A very good piece of work, showing a sound and thorough grasp of the subject-matter, though lacking the breadth and depth required for a first class mark.  A good attempt at analysis, synthesis and application of knowledge and concepts, but more limited in scope than that required for a mark of 70+.  Most objectives of the work set are covered.  Work is generally technically competent, but there may be a few gaps leading to some errors.   Some evidence of critical reflection, and the ability to make a reasonable attempt at tackling questions and issues not previously encountered.  Ideas are generally expressed with clarity, with some minor exceptions.  All coursework requirements are addressed adequately.

For 50%-59%

A fair piece of work, showing grasp of major elements of the subject-matter but possibly with some gaps or areas of confusion.   Only the basic requirements of the work  are covered.   The  attempt at analysis, synthesis and application of knowledge and concepts is superficial, with a heavy reliance on course materials.   Work may contain some errors, and technical competence is at a routine level only.
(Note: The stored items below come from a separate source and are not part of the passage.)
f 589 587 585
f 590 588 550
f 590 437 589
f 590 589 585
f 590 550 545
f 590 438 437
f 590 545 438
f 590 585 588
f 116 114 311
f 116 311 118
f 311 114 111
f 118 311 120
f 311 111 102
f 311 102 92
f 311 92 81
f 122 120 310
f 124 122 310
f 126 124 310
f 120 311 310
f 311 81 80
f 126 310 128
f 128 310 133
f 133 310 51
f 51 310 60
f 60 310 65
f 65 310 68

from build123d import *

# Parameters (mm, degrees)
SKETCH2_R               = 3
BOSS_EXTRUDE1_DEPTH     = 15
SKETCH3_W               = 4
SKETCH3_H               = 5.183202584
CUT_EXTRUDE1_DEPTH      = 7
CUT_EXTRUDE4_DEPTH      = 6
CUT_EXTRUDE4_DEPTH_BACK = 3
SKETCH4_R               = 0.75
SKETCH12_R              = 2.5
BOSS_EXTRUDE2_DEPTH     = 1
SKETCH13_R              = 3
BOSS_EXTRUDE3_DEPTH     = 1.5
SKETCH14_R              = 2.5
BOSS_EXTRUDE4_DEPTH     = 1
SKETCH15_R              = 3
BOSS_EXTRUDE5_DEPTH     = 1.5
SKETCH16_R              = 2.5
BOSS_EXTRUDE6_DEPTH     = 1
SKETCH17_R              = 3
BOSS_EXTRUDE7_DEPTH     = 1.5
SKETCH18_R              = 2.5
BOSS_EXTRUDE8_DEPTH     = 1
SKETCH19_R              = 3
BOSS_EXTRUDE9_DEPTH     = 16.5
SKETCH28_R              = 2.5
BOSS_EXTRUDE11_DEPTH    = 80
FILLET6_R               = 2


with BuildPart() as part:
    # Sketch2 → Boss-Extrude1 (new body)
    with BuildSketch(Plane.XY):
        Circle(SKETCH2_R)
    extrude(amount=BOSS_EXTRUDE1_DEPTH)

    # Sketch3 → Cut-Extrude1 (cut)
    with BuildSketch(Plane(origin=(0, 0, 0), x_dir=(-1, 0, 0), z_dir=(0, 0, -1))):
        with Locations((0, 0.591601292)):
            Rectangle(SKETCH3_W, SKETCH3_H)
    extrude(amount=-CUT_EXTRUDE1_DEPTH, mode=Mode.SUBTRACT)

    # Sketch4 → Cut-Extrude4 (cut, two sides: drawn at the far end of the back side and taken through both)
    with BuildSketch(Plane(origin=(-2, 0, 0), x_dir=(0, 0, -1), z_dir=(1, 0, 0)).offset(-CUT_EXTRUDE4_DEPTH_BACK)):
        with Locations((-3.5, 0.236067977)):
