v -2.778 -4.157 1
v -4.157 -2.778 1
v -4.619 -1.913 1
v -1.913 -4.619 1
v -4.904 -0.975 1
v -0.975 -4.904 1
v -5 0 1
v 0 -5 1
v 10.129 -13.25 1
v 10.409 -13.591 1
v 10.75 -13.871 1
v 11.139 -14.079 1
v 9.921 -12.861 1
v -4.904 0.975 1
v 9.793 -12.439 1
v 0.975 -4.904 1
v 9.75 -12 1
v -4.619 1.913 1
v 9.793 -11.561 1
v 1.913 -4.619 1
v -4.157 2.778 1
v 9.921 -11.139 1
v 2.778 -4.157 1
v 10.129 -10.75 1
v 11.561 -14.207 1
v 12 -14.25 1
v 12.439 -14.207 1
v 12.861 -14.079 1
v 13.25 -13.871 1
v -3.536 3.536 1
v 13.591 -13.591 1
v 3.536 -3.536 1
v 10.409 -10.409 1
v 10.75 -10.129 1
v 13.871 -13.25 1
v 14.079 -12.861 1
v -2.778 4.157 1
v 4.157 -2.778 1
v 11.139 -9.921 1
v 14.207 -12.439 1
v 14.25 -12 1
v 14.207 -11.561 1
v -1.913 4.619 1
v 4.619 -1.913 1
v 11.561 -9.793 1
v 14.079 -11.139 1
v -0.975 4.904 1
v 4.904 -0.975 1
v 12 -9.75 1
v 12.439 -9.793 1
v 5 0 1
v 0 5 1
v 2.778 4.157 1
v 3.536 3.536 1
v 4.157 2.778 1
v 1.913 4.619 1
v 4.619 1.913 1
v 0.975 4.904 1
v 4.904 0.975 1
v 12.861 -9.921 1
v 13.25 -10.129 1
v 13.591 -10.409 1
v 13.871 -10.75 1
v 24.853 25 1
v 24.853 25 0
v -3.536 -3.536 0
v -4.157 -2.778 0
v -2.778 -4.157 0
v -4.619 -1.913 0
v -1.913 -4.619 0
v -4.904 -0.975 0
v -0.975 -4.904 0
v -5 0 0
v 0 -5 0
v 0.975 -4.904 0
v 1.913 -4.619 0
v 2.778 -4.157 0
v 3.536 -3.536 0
Ability to tackle questions and issues not previously encountered is limited.  Little critical reflection.   Some confusion and immaturity in expression of ideas.  Most coursework requirements are addressed.

For 40%-49%

A poor piece of work, showing some familiarity with the subject matter, but with major gaps and serious misconceptions. Only some of the basic requirements of the work set are achieved. Little or no attempt at analysis, synthesis or application of knowledge, and a low level of technical competence, with many errors.  Difficulty in beginning to address questions and issues not previously encountered.   Some intended learning outcomes are achieved.

For 30%-39%

Work not of passable standard, with serious gaps in knowledge of the subject matter, and many areas of confusion. Few or none of the basic requirements of the work set are achieved, and there is an inability to apply knowledge. Technical competence is poor, with many serious errors. The student finds it difficult to begin to address questions and issues not previously encountered.  The level of expression and structure is very inadequate.  Few intended learning outcomes are achieved.

Below 30%

A very poor piece of work, showing that the student has failed to engage seriously with any of the subject matter involved, and/or demonstrates total confusion over the requirements of the work set.   Virtually none  of the intended learning outcomes are achieved.